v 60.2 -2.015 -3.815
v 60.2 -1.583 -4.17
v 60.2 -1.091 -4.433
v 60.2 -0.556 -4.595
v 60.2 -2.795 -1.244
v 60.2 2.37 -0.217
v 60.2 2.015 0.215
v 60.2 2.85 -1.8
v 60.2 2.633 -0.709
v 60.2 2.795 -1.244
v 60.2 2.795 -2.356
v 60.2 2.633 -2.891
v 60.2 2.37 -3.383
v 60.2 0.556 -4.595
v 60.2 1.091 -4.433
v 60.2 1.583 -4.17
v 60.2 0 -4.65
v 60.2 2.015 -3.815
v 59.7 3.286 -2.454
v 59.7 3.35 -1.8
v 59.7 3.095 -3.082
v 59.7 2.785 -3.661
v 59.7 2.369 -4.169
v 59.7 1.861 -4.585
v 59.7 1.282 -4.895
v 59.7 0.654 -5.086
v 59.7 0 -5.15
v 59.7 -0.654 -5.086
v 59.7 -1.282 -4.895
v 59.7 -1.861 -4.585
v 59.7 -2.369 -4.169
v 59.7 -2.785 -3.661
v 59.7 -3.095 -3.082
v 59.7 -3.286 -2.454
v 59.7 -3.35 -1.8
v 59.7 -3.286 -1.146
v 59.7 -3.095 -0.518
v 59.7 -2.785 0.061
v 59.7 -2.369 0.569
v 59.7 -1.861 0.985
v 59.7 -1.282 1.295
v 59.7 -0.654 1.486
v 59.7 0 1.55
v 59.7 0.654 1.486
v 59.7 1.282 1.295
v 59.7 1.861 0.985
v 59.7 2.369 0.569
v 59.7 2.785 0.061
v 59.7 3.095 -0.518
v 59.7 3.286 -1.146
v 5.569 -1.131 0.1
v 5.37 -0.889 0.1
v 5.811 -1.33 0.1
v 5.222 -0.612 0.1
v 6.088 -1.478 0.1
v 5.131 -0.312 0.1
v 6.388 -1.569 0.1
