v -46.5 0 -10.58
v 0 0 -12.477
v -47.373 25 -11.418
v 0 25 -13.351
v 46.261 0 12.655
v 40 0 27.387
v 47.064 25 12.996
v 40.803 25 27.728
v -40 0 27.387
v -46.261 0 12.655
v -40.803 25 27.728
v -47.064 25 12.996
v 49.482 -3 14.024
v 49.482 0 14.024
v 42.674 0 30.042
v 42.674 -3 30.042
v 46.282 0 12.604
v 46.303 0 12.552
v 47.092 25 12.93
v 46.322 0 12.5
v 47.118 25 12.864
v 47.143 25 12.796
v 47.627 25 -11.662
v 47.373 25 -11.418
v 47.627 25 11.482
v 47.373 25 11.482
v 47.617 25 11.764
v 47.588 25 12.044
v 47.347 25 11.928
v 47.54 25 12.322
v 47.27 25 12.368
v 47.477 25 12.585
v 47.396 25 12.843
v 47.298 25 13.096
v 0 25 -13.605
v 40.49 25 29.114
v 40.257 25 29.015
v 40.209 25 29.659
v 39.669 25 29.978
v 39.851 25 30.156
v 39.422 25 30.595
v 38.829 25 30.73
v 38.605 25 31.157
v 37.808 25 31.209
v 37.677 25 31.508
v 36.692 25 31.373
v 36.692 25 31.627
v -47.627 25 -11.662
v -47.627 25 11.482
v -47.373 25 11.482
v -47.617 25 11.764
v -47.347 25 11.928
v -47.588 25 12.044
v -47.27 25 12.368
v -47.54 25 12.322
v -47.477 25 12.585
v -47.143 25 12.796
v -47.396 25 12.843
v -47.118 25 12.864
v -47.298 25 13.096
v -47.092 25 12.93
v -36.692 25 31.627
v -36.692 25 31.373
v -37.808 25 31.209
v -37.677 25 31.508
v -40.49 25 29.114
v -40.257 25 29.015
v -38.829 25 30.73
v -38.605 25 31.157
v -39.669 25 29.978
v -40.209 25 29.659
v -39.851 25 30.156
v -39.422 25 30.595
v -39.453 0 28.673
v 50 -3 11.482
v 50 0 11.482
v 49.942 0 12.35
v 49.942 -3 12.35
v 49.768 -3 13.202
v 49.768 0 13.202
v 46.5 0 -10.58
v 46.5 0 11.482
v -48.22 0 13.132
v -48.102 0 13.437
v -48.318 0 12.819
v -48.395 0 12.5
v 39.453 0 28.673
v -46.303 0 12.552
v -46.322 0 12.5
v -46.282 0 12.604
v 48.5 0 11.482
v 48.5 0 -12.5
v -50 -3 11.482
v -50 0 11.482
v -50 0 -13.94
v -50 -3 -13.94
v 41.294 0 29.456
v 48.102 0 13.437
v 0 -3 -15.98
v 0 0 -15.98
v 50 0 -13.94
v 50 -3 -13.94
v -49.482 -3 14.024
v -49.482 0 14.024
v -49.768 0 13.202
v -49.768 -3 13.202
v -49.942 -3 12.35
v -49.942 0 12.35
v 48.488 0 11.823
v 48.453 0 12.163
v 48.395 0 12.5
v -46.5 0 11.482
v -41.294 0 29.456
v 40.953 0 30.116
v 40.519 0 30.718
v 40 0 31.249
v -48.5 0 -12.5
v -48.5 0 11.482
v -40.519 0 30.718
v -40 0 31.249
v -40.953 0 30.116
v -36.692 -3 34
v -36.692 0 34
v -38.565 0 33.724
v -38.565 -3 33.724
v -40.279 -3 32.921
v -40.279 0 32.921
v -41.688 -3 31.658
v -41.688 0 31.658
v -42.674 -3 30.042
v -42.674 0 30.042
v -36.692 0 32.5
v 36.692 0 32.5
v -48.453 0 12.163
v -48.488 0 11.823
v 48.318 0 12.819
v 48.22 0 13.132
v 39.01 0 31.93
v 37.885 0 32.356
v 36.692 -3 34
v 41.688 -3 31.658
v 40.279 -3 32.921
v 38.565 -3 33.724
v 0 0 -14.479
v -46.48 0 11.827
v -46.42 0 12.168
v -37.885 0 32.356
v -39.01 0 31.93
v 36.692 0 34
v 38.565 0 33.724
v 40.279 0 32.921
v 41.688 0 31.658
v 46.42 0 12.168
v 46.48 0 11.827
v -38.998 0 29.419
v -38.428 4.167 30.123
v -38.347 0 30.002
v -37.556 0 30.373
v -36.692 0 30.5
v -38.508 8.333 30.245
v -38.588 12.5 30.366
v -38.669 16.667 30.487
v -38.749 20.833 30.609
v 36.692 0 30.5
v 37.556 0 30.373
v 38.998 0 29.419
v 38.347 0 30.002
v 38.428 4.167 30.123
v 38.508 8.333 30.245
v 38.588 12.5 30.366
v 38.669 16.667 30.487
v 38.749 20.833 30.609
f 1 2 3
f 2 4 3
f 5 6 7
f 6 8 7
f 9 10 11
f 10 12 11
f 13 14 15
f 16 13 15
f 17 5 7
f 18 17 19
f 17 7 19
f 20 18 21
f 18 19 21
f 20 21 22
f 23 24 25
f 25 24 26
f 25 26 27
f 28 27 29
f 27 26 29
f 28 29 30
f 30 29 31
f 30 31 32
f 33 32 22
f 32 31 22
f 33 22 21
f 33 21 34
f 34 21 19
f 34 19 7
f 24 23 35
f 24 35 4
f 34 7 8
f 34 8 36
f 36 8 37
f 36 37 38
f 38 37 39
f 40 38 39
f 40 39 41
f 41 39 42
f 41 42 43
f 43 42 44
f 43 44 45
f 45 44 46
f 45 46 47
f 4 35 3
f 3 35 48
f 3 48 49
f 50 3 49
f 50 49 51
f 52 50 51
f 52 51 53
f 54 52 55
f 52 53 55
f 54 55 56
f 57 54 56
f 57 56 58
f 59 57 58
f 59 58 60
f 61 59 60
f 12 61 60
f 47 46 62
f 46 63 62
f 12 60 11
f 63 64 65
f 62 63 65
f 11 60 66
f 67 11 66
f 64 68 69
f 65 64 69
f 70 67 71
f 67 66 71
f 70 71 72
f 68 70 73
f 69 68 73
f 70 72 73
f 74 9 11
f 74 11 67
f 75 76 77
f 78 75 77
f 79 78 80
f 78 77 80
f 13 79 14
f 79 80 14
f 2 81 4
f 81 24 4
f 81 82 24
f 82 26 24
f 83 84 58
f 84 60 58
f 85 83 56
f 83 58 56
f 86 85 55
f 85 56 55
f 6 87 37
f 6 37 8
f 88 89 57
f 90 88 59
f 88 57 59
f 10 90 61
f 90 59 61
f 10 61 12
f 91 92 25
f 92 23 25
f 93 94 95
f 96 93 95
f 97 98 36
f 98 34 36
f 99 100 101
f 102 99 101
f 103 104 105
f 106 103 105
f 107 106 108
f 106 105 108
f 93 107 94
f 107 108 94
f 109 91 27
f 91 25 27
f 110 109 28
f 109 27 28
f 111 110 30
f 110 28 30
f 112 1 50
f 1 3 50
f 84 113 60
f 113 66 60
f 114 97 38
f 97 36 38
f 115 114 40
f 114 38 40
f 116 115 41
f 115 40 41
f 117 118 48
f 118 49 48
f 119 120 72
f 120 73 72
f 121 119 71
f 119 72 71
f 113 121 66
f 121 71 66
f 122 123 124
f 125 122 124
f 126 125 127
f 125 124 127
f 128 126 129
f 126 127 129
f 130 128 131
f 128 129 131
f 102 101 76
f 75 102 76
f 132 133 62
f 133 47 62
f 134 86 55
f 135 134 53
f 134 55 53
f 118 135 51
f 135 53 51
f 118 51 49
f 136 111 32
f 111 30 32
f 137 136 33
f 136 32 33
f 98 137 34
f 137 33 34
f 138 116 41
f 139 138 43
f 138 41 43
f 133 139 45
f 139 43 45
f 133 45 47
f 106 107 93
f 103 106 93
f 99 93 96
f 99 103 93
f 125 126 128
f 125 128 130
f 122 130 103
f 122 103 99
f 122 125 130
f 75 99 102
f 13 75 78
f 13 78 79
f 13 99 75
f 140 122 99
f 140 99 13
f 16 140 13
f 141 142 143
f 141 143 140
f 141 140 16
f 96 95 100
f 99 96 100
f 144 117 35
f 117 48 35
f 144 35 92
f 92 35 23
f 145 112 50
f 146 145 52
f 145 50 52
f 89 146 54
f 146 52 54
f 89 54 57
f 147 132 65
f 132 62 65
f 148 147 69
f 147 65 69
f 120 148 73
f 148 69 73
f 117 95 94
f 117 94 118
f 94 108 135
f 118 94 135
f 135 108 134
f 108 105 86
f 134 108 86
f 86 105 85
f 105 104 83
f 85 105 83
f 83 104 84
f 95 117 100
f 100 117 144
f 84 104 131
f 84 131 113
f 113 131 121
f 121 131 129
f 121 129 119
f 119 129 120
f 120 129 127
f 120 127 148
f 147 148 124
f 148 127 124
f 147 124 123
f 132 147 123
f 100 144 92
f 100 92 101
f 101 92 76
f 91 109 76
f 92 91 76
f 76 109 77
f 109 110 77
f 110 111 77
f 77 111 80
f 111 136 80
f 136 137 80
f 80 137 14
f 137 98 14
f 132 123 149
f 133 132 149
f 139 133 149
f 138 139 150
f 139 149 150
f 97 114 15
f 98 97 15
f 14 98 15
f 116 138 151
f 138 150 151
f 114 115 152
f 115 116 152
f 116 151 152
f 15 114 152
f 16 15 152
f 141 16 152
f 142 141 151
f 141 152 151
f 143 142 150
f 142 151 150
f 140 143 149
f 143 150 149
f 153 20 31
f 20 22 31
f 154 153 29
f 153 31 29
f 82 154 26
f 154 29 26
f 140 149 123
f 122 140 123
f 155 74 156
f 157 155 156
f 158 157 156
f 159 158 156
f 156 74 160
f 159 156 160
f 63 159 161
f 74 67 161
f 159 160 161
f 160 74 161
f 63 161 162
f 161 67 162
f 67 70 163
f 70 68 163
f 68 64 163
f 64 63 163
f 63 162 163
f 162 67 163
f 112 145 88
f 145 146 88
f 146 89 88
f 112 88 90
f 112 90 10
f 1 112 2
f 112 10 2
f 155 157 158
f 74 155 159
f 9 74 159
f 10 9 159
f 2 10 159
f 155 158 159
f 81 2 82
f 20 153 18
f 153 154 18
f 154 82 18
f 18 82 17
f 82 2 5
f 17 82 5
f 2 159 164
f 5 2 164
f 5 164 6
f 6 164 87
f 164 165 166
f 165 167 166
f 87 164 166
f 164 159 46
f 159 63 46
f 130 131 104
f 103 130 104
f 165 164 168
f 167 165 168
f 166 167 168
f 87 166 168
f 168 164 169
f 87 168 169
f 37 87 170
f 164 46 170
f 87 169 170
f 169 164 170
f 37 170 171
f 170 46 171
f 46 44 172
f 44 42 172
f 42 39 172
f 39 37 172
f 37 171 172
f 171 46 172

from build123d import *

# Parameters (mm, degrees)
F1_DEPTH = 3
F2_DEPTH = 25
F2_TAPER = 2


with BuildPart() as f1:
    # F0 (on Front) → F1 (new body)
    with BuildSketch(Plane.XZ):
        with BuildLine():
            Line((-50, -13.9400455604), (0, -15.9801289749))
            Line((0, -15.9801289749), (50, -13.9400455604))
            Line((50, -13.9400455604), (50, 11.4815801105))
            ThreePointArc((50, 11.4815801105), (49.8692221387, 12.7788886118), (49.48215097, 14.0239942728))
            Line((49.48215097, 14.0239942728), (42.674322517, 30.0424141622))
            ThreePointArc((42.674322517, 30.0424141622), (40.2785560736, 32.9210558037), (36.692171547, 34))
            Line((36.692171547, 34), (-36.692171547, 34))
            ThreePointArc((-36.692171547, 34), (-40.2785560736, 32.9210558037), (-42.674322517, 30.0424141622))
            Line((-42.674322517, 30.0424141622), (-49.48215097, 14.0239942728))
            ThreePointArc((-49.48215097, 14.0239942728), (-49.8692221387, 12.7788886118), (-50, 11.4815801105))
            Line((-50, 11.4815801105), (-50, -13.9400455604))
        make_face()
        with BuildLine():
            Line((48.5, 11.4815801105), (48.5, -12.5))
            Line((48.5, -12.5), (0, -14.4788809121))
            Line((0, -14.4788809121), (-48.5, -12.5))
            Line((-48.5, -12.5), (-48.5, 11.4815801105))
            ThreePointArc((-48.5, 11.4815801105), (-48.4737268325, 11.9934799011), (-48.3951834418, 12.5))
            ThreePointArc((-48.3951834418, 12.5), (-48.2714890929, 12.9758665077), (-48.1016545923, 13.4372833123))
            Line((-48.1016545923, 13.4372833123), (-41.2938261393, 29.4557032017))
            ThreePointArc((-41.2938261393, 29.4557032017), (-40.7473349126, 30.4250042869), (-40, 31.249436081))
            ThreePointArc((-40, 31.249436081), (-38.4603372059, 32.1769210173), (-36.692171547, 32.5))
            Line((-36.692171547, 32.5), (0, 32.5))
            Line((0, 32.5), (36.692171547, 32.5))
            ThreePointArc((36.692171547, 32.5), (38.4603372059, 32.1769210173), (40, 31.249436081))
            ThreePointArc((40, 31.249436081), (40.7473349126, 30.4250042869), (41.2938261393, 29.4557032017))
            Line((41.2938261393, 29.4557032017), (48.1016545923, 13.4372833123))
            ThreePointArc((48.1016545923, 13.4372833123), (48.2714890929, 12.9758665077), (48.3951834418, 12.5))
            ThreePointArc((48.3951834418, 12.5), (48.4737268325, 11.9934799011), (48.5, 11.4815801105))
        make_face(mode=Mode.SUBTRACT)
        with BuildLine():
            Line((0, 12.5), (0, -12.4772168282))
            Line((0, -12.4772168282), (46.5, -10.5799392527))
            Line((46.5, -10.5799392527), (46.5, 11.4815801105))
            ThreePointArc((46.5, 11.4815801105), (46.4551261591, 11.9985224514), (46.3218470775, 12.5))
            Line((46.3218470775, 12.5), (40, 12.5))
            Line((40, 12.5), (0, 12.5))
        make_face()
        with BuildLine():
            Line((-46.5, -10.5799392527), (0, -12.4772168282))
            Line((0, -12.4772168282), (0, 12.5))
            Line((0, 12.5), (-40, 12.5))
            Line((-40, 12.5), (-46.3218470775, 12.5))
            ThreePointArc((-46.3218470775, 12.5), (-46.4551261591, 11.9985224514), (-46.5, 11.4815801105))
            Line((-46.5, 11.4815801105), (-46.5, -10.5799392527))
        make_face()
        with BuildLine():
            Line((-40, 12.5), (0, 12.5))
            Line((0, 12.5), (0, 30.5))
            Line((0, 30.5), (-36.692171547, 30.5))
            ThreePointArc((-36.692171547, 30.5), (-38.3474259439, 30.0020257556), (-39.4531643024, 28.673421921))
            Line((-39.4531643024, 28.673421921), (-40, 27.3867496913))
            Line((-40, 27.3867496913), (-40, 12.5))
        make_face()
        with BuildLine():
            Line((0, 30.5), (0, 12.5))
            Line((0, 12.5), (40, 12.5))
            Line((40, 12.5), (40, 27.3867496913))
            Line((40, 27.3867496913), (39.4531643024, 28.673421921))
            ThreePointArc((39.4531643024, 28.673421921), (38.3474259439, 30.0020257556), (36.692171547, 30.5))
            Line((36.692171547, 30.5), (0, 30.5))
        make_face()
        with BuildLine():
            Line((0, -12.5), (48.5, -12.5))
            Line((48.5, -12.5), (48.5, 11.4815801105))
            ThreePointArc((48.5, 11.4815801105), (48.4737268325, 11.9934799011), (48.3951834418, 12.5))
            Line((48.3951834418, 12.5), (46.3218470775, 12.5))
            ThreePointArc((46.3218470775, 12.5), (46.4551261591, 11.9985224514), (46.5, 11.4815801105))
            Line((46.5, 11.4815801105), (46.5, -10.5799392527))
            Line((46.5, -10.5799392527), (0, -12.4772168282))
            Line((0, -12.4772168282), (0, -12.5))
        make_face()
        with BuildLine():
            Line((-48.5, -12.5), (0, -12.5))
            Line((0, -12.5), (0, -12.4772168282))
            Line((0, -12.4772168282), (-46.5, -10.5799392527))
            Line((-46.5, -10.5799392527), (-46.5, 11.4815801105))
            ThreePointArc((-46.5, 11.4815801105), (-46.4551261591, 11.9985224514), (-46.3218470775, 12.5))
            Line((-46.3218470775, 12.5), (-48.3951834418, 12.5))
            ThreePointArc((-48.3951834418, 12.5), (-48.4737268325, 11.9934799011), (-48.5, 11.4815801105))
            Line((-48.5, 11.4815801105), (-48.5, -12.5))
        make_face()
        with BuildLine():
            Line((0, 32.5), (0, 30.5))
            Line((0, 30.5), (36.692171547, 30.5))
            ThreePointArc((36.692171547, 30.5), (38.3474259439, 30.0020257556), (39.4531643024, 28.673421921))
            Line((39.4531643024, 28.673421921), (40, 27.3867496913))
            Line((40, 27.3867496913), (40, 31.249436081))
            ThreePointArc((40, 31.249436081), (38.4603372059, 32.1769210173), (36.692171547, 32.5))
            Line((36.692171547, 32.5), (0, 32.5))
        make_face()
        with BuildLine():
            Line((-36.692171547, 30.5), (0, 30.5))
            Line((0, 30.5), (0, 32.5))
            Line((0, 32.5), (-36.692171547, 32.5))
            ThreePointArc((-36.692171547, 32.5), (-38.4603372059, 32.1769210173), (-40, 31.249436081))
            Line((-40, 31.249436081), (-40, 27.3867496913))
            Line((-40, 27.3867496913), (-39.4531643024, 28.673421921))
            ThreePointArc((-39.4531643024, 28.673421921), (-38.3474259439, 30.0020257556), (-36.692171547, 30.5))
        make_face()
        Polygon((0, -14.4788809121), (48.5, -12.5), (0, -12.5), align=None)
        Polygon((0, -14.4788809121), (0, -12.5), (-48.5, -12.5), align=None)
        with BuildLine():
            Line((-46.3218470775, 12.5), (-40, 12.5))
◆ ◆ ◆ ◆ ◆
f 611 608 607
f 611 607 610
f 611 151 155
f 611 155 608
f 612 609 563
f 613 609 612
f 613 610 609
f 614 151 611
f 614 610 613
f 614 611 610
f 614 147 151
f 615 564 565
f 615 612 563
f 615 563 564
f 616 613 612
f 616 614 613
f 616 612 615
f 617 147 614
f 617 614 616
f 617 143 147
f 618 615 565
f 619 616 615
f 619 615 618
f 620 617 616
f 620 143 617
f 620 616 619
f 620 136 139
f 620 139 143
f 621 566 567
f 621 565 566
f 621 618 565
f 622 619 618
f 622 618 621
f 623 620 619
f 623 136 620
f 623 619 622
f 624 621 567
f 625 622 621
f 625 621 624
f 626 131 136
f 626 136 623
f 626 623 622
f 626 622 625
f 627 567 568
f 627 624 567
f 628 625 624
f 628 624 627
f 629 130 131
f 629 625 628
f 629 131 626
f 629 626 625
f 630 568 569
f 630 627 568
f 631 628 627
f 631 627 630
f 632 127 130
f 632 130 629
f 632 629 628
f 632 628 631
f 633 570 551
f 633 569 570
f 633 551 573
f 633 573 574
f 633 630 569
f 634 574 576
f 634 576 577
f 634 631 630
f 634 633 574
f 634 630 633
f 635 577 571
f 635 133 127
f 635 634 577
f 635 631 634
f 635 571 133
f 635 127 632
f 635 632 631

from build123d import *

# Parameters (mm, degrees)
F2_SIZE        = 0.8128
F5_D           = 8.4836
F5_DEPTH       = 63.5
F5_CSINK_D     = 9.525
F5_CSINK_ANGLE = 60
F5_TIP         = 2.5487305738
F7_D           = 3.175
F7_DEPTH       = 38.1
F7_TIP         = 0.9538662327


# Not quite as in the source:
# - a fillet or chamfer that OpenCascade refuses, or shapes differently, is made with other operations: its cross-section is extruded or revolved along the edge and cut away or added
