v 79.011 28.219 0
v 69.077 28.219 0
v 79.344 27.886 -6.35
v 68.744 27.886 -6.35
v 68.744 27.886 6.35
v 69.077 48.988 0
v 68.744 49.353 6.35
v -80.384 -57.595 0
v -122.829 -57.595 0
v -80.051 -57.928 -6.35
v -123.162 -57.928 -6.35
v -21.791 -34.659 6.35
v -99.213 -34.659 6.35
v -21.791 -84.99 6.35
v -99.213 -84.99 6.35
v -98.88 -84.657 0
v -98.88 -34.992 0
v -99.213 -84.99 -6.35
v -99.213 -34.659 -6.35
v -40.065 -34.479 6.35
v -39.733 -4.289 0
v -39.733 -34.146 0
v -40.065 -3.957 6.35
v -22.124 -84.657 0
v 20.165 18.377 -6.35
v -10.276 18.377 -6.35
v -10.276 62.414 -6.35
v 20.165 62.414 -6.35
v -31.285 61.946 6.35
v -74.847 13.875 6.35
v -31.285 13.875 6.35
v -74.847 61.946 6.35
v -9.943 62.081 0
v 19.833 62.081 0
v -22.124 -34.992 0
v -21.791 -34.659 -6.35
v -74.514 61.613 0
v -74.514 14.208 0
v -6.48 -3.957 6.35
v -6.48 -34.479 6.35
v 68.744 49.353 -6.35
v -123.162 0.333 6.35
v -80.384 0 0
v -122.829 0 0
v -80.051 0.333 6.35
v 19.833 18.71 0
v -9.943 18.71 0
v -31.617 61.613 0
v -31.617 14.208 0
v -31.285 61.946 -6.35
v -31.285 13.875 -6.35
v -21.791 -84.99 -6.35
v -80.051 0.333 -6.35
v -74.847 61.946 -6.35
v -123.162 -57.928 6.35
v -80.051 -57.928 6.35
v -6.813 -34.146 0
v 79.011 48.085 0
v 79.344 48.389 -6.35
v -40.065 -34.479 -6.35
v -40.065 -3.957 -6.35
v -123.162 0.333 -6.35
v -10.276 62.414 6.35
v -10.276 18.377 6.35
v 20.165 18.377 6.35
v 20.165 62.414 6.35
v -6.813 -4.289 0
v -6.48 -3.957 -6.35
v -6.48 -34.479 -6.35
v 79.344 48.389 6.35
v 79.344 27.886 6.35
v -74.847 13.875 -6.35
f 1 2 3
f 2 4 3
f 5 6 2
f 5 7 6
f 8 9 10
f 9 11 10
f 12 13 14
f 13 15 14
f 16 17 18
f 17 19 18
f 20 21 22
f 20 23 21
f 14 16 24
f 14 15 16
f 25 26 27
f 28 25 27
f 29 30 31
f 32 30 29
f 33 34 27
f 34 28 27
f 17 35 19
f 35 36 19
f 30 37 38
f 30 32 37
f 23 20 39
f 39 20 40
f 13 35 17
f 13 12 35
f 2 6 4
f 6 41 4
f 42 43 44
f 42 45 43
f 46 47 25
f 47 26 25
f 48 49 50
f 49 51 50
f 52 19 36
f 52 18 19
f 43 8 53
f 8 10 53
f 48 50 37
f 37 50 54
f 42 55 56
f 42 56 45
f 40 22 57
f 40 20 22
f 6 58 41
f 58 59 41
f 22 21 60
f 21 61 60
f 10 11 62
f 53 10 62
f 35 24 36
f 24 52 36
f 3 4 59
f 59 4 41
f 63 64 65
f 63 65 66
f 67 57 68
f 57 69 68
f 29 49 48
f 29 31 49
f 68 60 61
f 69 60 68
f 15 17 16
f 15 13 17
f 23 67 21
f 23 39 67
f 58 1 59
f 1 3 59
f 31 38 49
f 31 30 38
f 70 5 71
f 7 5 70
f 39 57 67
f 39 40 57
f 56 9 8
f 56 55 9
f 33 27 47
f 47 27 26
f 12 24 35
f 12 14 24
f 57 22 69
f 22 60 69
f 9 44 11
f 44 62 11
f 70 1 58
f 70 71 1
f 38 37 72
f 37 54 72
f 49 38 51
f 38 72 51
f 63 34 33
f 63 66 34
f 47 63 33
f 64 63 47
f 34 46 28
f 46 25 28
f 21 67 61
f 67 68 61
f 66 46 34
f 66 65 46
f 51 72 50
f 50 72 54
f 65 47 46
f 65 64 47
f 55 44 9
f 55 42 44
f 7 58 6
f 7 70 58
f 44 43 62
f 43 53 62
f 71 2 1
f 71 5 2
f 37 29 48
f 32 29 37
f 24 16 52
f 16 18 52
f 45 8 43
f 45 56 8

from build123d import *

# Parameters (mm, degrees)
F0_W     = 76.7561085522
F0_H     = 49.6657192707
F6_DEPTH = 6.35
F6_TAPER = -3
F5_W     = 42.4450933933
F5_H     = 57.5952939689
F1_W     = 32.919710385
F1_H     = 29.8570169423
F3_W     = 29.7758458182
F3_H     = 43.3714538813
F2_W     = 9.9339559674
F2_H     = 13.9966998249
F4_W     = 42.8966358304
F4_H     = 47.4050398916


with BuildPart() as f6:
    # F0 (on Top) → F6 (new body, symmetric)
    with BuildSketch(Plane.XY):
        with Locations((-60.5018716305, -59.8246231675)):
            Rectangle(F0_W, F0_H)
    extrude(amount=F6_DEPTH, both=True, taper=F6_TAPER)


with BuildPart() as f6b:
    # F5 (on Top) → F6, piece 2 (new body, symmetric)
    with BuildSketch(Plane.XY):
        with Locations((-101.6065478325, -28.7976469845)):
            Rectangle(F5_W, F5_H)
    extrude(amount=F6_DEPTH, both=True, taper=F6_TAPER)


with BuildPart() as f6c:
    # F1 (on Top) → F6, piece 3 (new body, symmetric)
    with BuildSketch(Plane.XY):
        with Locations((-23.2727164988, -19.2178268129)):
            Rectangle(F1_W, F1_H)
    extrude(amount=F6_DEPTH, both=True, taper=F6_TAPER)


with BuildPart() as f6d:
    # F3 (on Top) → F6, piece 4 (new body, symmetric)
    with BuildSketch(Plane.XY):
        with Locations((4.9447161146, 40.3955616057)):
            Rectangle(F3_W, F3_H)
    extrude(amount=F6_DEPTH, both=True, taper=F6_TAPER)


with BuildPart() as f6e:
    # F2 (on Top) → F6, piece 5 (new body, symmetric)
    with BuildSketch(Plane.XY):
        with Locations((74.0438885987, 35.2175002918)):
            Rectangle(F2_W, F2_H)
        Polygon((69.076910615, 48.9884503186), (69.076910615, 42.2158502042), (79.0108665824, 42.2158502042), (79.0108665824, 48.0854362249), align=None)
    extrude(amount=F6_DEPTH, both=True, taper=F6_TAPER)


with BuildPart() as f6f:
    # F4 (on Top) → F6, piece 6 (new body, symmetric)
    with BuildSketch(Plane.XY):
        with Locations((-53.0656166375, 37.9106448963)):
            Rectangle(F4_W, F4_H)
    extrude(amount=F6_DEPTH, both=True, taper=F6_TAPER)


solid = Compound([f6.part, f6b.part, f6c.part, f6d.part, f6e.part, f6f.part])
◆ ◆ ◆ ◆ ◆
**Task objective**
Using the entries shown above, reproduce verbatim the lines from the line bearing "v 60.2 -2.015 -3.815" to the line bearing "v 60.2 2.015 -3.815", inclusive.

**Exercise solution**
v 60.2 -2.015 -3.815
v 60.2 -1.583 -4.17
v 60.2 -1.091 -4.433
v 60.2 -0.556 -4.595
v 60.2 -2.795 -1.244
v 60.2 2.37 -0.217
v 60.2 2.015 0.215
v 60.2 2.85 -1.8
v 60.2 2.633 -0.709
v 60.2 2.795 -1.244
v 60.2 2.795 -2.356
v 60.2 2.633 -2.891
v 60.2 2.37 -3.383
v 60.2 0.556 -4.595
v 60.2 1.091 -4.433
v 60.2 1.583 -4.17
v 60.2 0 -4.65
v 60.2 2.015 -3.815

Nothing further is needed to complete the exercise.